関:我々もTealiumというツール自体の知識はあっても、広告の知識やツールを使用するユーザー様の固有のデータについては知識がありません。このクライアント企業様の案件のように、狙うべきカスタマー像を明確にする場合はシステムインテグレーション、広告、Webなど様々な技術・知識を持つ企業の協力が必要でした。こういった中でTeam AIMの形が徐々に出来ていきましたね。

博報堂DYホールディングス マーケティング・テクノロジー・センターの後皓介。

チームの役割分担が良い意味で崩れてきた

後:生活者が自宅のパソコンやスマートフォン、アプリなどを使ってデジタルの顧客接点に自在にアクセスするようになっていますが、それぞれのデータはバラバラに管理されていて個人に紐付いていないのが現状です。さらには、店舗の来店や店舗ごとの会員カード、ポイントカードなども同じ個人が所有、使用、行動しているデータですが統合されていないケースが多いです。Tealiumを使えばそれらのデータの上をIDで紐付けることが可能です。
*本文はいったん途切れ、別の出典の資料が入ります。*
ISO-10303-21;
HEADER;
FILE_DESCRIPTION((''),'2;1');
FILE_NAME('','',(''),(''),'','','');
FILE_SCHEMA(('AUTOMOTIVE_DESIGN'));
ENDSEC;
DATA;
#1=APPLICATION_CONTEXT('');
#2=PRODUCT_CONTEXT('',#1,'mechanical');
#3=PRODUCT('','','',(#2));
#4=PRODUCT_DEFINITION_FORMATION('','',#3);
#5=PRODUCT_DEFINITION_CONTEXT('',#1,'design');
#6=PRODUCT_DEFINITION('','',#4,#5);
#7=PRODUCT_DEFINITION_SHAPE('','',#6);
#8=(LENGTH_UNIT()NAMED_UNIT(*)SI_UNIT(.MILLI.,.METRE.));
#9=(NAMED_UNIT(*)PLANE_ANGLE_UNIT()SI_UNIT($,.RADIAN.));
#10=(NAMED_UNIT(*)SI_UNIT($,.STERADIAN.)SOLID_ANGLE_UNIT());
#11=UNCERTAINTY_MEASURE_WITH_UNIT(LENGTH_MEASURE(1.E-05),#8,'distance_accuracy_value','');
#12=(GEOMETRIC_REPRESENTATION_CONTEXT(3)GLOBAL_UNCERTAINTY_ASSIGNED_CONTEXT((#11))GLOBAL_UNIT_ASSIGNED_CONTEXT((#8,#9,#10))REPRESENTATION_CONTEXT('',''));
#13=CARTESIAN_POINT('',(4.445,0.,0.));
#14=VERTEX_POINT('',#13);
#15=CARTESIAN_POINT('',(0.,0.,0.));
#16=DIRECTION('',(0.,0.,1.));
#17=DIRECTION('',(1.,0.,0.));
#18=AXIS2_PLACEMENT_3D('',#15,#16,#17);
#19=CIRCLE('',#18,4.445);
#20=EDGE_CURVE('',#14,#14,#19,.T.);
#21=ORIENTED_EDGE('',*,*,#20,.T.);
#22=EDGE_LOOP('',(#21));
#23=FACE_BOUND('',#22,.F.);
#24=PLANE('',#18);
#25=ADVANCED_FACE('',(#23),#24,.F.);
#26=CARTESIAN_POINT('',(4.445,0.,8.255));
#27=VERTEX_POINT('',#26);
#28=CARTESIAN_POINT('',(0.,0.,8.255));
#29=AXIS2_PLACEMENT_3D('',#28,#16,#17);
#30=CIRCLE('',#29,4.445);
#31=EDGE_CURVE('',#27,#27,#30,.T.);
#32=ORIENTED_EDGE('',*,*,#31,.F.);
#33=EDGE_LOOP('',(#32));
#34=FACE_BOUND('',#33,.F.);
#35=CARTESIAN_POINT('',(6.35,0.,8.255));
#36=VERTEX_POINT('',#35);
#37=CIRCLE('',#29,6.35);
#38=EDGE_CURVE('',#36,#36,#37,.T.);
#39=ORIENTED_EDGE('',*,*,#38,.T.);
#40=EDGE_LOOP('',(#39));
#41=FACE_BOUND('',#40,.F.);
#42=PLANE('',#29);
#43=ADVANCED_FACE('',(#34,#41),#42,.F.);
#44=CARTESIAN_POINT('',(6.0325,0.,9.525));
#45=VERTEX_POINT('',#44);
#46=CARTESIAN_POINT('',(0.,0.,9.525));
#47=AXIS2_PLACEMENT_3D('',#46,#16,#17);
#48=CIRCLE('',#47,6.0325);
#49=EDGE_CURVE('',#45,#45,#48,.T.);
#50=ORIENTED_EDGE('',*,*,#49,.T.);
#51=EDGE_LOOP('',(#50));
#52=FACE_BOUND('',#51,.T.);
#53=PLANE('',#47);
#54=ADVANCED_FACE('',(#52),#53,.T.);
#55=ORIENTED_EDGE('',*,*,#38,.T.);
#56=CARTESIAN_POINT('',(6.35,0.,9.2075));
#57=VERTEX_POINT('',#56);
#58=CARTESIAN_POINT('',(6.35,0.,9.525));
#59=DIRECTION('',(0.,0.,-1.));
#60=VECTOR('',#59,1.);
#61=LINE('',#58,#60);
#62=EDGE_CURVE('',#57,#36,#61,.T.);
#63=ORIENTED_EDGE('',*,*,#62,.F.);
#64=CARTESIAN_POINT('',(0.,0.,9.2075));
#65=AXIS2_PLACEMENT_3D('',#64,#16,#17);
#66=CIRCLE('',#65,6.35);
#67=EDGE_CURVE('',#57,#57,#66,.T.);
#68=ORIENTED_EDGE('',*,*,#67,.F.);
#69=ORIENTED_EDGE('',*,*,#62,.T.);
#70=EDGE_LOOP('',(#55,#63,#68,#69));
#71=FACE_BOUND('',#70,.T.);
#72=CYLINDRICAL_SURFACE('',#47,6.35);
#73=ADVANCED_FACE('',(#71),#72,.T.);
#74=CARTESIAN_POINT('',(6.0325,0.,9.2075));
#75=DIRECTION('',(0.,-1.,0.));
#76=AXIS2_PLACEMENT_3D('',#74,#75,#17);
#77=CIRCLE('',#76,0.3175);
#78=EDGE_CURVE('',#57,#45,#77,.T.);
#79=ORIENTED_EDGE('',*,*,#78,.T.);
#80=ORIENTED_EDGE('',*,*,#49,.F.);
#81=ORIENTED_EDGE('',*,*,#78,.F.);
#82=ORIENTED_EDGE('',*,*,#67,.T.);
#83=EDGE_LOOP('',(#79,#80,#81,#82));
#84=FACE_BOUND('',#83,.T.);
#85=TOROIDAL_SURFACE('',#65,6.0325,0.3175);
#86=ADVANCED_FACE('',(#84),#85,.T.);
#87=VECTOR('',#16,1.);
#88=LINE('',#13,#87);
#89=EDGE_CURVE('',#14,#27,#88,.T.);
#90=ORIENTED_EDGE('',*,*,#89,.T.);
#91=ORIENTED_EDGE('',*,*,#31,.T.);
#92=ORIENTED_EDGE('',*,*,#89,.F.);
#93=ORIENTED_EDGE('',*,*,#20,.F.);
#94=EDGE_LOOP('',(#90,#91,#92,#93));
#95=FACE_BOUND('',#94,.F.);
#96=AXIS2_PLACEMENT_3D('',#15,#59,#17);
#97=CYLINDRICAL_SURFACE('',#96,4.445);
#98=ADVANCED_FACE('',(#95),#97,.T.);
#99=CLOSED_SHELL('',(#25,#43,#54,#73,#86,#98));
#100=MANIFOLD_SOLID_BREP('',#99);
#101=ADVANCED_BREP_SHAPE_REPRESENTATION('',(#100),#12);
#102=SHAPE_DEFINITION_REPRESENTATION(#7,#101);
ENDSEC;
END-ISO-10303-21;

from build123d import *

# Parameters (mm, degrees)
F0_R     = 4.445
F1_DEPTH = 9.525
F2_R     = 6.35
F2_R_2   = 4.445
F3_DEPTH = 1.27
F4_R     = 0.3175


with BuildPart() as f1:
    # F0 (on Top) → F1 (new body)
    with BuildSketch(Plane.XY):
        Circle(F0_R)
    extrude(amount=F1_DEPTH)

    # F2 (on face) → F3 (join)
    with BuildSketch(Plane.XY.offset(9.525)):
        Circle(F2_R)
        Circle(F2_R_2, mode=Mode.SUBTRACT)
    extrude(amount=-F3_DEPTH)

    # F4
    f4_edges = [f1.edges().sort_by_distance(p)[0] for p in [
        (-6.35, 0, 9.525),
    ]]
    fillet(f4_edges, radius=F4_R)


solid = f1.part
海老澤:当社は「データオーケストレーション」という言葉を提唱しています。オーケストレーションは、今まで使われてきた単に情報が一つにまとまるインテグレーションと同じ「統合」ではなく、関連性のある情報が繋ぎ合わさり価値の高い情報として形づけられるという意味があります。様々なデータを繋ぎ合わせることで、キャンペーンのような一過性のものではなくライフタイムバリューを考える。このような考え方が博報堂DYグループと一致しましたね。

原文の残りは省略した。